### Problem description
Reading the data below, count the lines that carry the string "SUBTRACT". Give nothing but the count.

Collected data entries
--- START ---
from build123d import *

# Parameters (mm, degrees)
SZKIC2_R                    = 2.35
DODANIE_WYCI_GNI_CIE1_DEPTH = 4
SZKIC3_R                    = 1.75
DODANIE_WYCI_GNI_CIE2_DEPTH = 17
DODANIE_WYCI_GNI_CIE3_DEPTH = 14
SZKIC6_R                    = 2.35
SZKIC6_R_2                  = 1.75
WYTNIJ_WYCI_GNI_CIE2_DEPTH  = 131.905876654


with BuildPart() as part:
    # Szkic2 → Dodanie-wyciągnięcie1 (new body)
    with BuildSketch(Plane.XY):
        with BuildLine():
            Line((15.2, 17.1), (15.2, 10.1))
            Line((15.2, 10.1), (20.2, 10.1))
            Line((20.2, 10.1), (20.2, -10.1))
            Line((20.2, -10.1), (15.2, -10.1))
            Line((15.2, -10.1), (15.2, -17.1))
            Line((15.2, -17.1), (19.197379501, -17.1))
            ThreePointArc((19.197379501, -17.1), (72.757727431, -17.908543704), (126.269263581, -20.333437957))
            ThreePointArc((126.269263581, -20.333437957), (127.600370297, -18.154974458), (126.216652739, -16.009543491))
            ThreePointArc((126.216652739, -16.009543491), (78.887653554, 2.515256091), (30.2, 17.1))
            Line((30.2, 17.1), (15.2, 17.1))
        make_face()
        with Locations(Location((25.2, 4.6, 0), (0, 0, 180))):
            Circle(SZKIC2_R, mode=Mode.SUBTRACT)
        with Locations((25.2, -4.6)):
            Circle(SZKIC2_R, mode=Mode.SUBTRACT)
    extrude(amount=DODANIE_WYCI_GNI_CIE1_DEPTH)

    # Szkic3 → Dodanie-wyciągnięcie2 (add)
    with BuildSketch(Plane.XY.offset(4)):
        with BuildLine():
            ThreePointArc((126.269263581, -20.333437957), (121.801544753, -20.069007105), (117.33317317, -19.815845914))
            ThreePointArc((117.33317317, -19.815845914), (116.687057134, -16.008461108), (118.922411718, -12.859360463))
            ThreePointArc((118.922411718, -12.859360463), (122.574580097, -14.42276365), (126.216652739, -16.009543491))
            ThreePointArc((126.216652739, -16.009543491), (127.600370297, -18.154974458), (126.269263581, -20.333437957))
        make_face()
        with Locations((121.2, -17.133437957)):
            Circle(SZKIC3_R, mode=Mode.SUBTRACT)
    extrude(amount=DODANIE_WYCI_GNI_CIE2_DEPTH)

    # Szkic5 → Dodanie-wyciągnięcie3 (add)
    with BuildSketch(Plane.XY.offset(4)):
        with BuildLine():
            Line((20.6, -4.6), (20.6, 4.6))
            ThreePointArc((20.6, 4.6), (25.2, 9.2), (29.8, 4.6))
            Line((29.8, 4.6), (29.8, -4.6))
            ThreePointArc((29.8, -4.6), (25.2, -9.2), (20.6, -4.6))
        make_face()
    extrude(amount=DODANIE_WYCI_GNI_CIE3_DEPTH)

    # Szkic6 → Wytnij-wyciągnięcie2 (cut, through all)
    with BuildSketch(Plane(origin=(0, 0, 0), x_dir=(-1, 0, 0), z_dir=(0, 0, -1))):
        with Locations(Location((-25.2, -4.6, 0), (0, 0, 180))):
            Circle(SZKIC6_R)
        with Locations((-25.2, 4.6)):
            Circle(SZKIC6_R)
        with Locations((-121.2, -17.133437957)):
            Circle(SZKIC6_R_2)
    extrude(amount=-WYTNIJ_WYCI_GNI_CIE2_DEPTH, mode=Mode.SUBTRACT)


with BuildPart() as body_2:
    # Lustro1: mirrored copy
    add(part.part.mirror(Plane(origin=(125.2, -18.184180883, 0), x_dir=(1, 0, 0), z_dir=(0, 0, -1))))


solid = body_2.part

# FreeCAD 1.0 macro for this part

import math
import FreeCAD as App
import Part
import Sketcher

doc = App.newDocument("Part")
body = doc.addObject("PartDesign::Body", "Body")

# Sketch on XY plane
sketch1 = body.newObject("Sketcher::SketchObject", "Sketch")
sketch1.AttachmentSupport = (doc.getObject("XY_Plane"), [""])
sketch1.MapMode = "FlatFace"
sketch1.addGeometry(Part.LineSegment(App.Vector(15.2, 17.1, 0), App.Vector(15.2, 10.1, 0)), False)
sketch1.addGeometry(Part.LineSegment(App.Vector(15.2, 10.1, 0), App.Vector(20.2, 10.1, 0)), False)
sketch1.addGeometry(Part.LineSegment(App.Vector(20.2, 10.1, 0), App.Vector(20.2, -10.1, 0)), False)
sketch1.addGeometry(Part.LineSegment(App.Vector(20.2, -10.1, 0), App.Vector(15.2, -10.1, 0)), False)
sketch1.addGeometry(Part.LineSegment(App.Vector(15.2, -10.1, 0), App.Vector(15.2, -17.1, 0)), False)
sketch1.addGeometry(Part.LineSegment(App.Vector(15.2, -17.1, 0), App.Vector(19.19738, -17.1, 0)), False)
sketch1.addGeometry(Part.ArcOfCircle(Part.Circle(App.Vector(19.19738, -1791.502916, 0), App.Vector(0, 0, 1), 1774.402916), math.radians(86.540529), math.radians(90)), False)
sketch1.addGeometry(Part.ArcOfCircle(Part.Circle(App.Vector(125.2, -18.184181, 0), App.Vector(0, 0, 1), 2.400548), math.radians(-63.54948), math.radians(64.9437)), False)
sketch1.addGeometry(Part.ArcOfCircle(Part.Circle(App.Vector(-123.166643, -583.435959, 0), App.Vector(0, 0, 1), 619.810266), math.radians(66.274563), math.radians(75.673848)), False)
sketch1.addGeometry(Part.LineSegment(App.Vector(30.2, 17.1, 0), App.Vector(15.2, 17.1, 0)), False)
sketch1.addGeometry(Part.Circle(App.Vector(25.2, -4.6, 0), App.Vector(0, 0, 1), 2.35), False)
sketch1.addGeometry(Part.Circle(App.Vector(25.2, 4.6, 0), App.Vector(0, 0, 1), 2.35), False)
sketch1.addConstraint(Sketcher.Constraint("Coincident", 0, 2, 1, 1))
sketch1.addConstraint(Sketcher.Constraint("Coincident", 1, 2, 2, 1))
sketch1.addConstraint(Sketcher.Constraint("Coincident", 2, 2, 3, 1))
sketch1.addConstraint(Sketcher.Constraint("Coincident", 3, 2, 4, 1))
sketch1.addConstraint(Sketcher.Constraint("Coincident", 4, 2, 5, 1))
sketch1.addConstraint(Sketcher.Constraint("Tangent", 5, 2, 6, 2))
sketch1.addConstraint(Sketcher.Constraint("Coincident", 6, 1, 7, 1))
sketch1.addConstraint(Sketcher.Constraint("Coincident", 7, 2, 8, 1))
sketch1.addConstraint(Sketcher.Constraint("Coincident", 8, 2, 9, 1))
sketch1.addConstraint(Sketcher.Constraint("Coincident", 9, 2, 0, 1))
sketch1.addConstraint(Sketcher.Constraint("Vertical", 0))
sketch1.addConstraint(Sketcher.Constraint("Horizontal", 1))
sketch1.addConstraint(Sketcher.Constraint("Vertical", 2))
sketch1.addConstraint(Sketcher.Constraint("Horizontal", 3))
sketch1.addConstraint(Sketcher.Constraint("Vertical", 4))
sketch1.addConstraint(Sketcher.Constraint("Horizontal", 5))
sketch1.addConstraint(Sketcher.Constraint("Horizontal", 9))
sketch1.addConstraint(Sketcher.Constraint("Equal", 10, 11))
sketch1.addConstraint(Sketcher.Constraint("Symmetric", 10, 3, 11, 3, -1))
sketch1.addConstraint(Sketcher.Constraint("Symmetric", 0, 2, 3, 2, -1))
sketch1.addConstraint(Sketcher.Constraint("Equal", 0, 4))
sketch1.addConstraint(Sketcher.Constraint("Diameter", 10, 4.7))
sketch1.addConstraint(Sketcher.Constraint("DistanceX", 1, 1, 1, 2, 5.0))
sketch1.addConstraint(Sketcher.Constraint("DistanceX", 9, 2, 9, 1, 15.0))
sketch1.addConstraint(Sketcher.Constraint("DistanceY", 0, 2, 0, 1, 7.0))
sketch1.addConstraint(Sketcher.Constraint("DistanceY", 2, 2, 2, 1, 20.2))
sketch1.addConstraint(Sketcher.Constraint("DistanceX", 10, 3, 7, 3, 100.0))
sketch1.addConstraint(Sketcher.Constraint("DistanceX", 0, 2, 11, 3, 10.0))
sketch1.addConstraint(Sketcher.Constraint("DistanceX", -1, 1, 7, 3, 125.2))
sketch1.addConstraint(Sketcher.Constraint("DistanceY", 10, 3, -1, 1, 4.6))
sketch1.addConstraint(Sketcher.Constraint("Radius", 6, 1774.402916))
sketch1.addConstraint(Sketcher.Constraint("Radius", 7, 2.400548))
sketch1.addConstraint(Sketcher.Constraint("Radius", 8, 619.810266))
sketch1.addConstraint(Sketcher.Constraint("DistanceX", 5, 1, 5, 2, 3.99738))
sketch1.addConstraint(Sketcher.Constraint("DistanceY", 7, 3, -1, 1, 18.184181))
sketch1.addConstraint(Sketcher.Constraint("DistanceY", 8, 3, -1, 1, 583.435959))
pad1 = body.newObject("PartDesign::Pad", "Pad")
pad1.Profile = sketch1
pad1.Length = 4

# Sketch on XY plane
sketch2 = body.newObject("Sketcher::SketchObject", "Sketch001")
sketch2.AttachmentSupport = (doc.getObject("XY_Plane"), [""])
sketch2.MapMode = "FlatFace"
sketch2.AttachmentOffset = App.Placement(App.Vector(0, 0, 4), App.Rotation())
sketch2.addGeometry(Part.ArcOfCircle(Part.Circle(App.Vector(19.197379, -1791.502932, 0), App.Vector(0, 0, 1), 1774.402932), math.radians(86.540529), math.radians(86.82956)), False)
sketch2.addGeometry(Part.ArcOfCircle(Part.Circle(App.Vector(125.2, -18.184181, 0), App.Vector(0, 0, 1), 2.400548), math.radians(-63.54948), math.radians(64.9437)), False)
sketch2.addGeometry(Part.ArcOfCircle(Part.Circle(App.Vector(-123.166644, -583.435961, 0), App.Vector(0, 0, 1), 619.810267), math.radians(66.274563), math.radians(67.009049)), False)
sketch2.addGeometry(Part.ArcOfCircle(Part.Circle(App.Vector(121.606035, -17.132222, 0), App.Vector(0, 0, 1), 5.04571), math.radians(122.13138), math.radians(212.13138)), False)
sketch2.addGeometry(Part.Circle(App.Vector(121.2, -17.133438, 0), App.Vector(0, 0, 1), 1.75), False)
sketch2.addConstraint(Sketcher.Constraint("Coincident", 0, 1, 1, 1))
sketch2.addConstraint(Sketcher.Constraint("Coincident", 1, 2, 2, 1))
sketch2.addConstraint(Sketcher.Constraint("Coincident", 2, 2, 3, 1))
sketch2.addConstraint(Sketcher.Constraint("Coincident", 3, 2, 0, 2))
sketch2.addConstraint(Sketcher.Constraint("Diameter", 4, 3.5))
sketch2.addConstraint(Sketcher.Constraint("DistanceX", 4, 3, 1, 3, 4.0))
sketch2.addConstraint(Sketcher.Constraint("DistanceX", -1, 1, 1, 3, 125.2))
sketch2.addConstraint(Sketcher.Constraint("DistanceY", 0, 1, 4, 3, 3.2))
sketch2.addConstraint(Sketcher.Constraint("Radius", 0, 1774.402932))
sketch2.addConstraint(Sketcher.Constraint("Radius", 3, 5.04571))
sketch2.addConstraint(Sketcher.Constraint("Radius", 1, 2.400548))
sketch2.addConstraint(Sketcher.Constraint("Radius", 2, 619.810267))
sketch2.addConstraint(Sketcher.Constraint("DistanceX", -1, 1, 0, 3, 19.197379))
sketch2.addConstraint(Sketcher.Constraint("DistanceY", 0, 3, -1, 1, 1791.502932))
sketch2.addConstraint(Sketcher.Constraint("DistanceY", 1, 3, -1, 1, 18.184181))
sketch2.addConstraint(Sketcher.Constraint("DistanceY", 2, 3, -1, 1, 583.435961))
sketch2.addConstraint(Sketcher.Constraint("DistanceY", 1, 3, 3, 3, 1.051958))
sketch2.addConstraint(Sketcher.Constraint("DistanceX", 2, 3, 3, 3, 244.772679))
sketch2.addConstraint(Sketcher.Constraint("DistanceY", 3, 3, 1, 2, 1.122679))
pad2 = body.newObject("PartDesign::Pad", "Pad001")
pad2.Profile = sketch2
pad2.Length = 17

# Sketch on XY plane
sketch3 = body.newObject("Sketcher::SketchObject", "Sketch002")
sketch3.AttachmentSupport = (doc.getObject("XY_Plane"), [""])
sketch3.MapMode = "FlatFace"
sketch3.AttachmentOffset = App.Placement(App.Vector(0, 0, 4), App.Rotation())
sketch3.addGeometry(Part.LineSegment(App.Vector(20.6, 4.6, 0), App.Vector(20.6, -4.6, 0)), False)
sketch3.addGeometry(Part.ArcOfCircle(Part.Circle(App.Vector(25.2, -4.6, 0), App.Vector(0, 0, 1), 4.6), math.radians(180), math.radians(360)), False)
sketch3.addGeometry(Part.LineSegment(App.Vector(29.8, -4.6, 0), App.Vector(29.8, 4.6, 0)), False)
sketch3.addGeometry(Part.ArcOfCircle(Part.Circle(App.Vector(25.2, 4.6, 0), App.Vector(0, 0, 1), 4.6), math.radians(0), math.radians(180)), False)
sketch3.addConstraint(Sketcher.Constraint("Tangent", 0, 2, 1, 1))
sketch3.addConstraint(Sketcher.Constraint("Tangent", 1, 2, 2, 1))
sketch3.addConstraint(Sketcher.Constraint("Tangent", 2, 2, 3, 1))
sketch3.addConstraint(Sketcher.Constraint("Tangent", 3, 2, 0, 1))
sketch3.addConstraint(Sketcher.Constraint("Vertical", 0))
sketch3.addConstraint(Sketcher.Constraint("Vertical", 2))
sketch3.addConstraint(Sketcher.Constraint("Radius", 1, 4.6))
sketch3.addConstraint(Sketcher.Constraint("DistanceY", 0, 2, 0, 1, 9.2))
sketch3.addConstraint(Sketcher.Constraint("DistanceX", -1, 1, 1, 3, 25.2))
sketch3.addConstraint(Sketcher.Constraint("DistanceY", 1, 3, -1, 1, 4.6))
pad3 = body.newObject("PartDesign::Pad", "Pad002")
pad3.Profile = sketch3
pad3.Length = 14

# Sketch on XY plane
sketch4 = body.newObject("Sketcher::SketchObject", "Sketch003")
sketch4.AttachmentSupport = (doc.getObject("XY_Plane"), [""])
sketch4.MapMode = "FlatFace"
sketch4.addGeometry(Part.Circle(App.Vector(25.2, -4.6, 0), App.Vector(0, 0, 1), 2.35), False)
sketch4.addGeometry(Part.Circle(App.Vector(25.2, 4.6, 0), App.Vector(0, 0, 1), 2.35), False)
sketch4.addGeometry(Part.Circle(App.Vector(121.2, -17.133438, 0), App.Vector(0, 0, 1), 1.75), False)
sketch4.addConstraint(Sketcher.Constraint("Equal", 0, 1))
sketch4.addConstraint(Sketcher.Constraint("Symmetric", 0, 3, 1, 3, -1))
sketch4.addConstraint(Sketcher.Constraint("Diameter", 0, 4.7))
sketch4.addConstraint(Sketcher.Constraint("Diameter", 2, 3.5))
sketch4.addConstraint(Sketcher.Constraint("DistanceX", 0, 3, 2, 3, 96.0))
sketch4.addConstraint(Sketcher.Constraint("DistanceX", -1, 1, 0, 3, 25.2))
sketch4.addConstraint(Sketcher.Constraint("DistanceY", 0, 3, -1, 1, 4.6))
sketch4.addConstraint(Sketcher.Constraint("DistanceY", 2, 3, -1, 1, 17.133438))
pocket1 = body.newObject("PartDesign::Pocket", "Pocket")
pocket1.Profile = sketch4
pocket1.Type = "ThroughAll"
pocket1.Reversed = True
body2 = doc.addObject("PartDesign::Body", "Body001")
doc.recompute()

mirroring = doc.addObject("Part::Mirroring", "Mirroring")
mirroring.Source = body
mirroring.Base = App.Vector(125.2, -18.184181, 0)
mirroring.Normal = App.Vector(0, 0, -1)
body2.BaseFeature = mirroring
doc.recompute()
body.Visibility = False
mirroring.Visibility = False

doc.recompute()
--- END ---
### Result of the task
4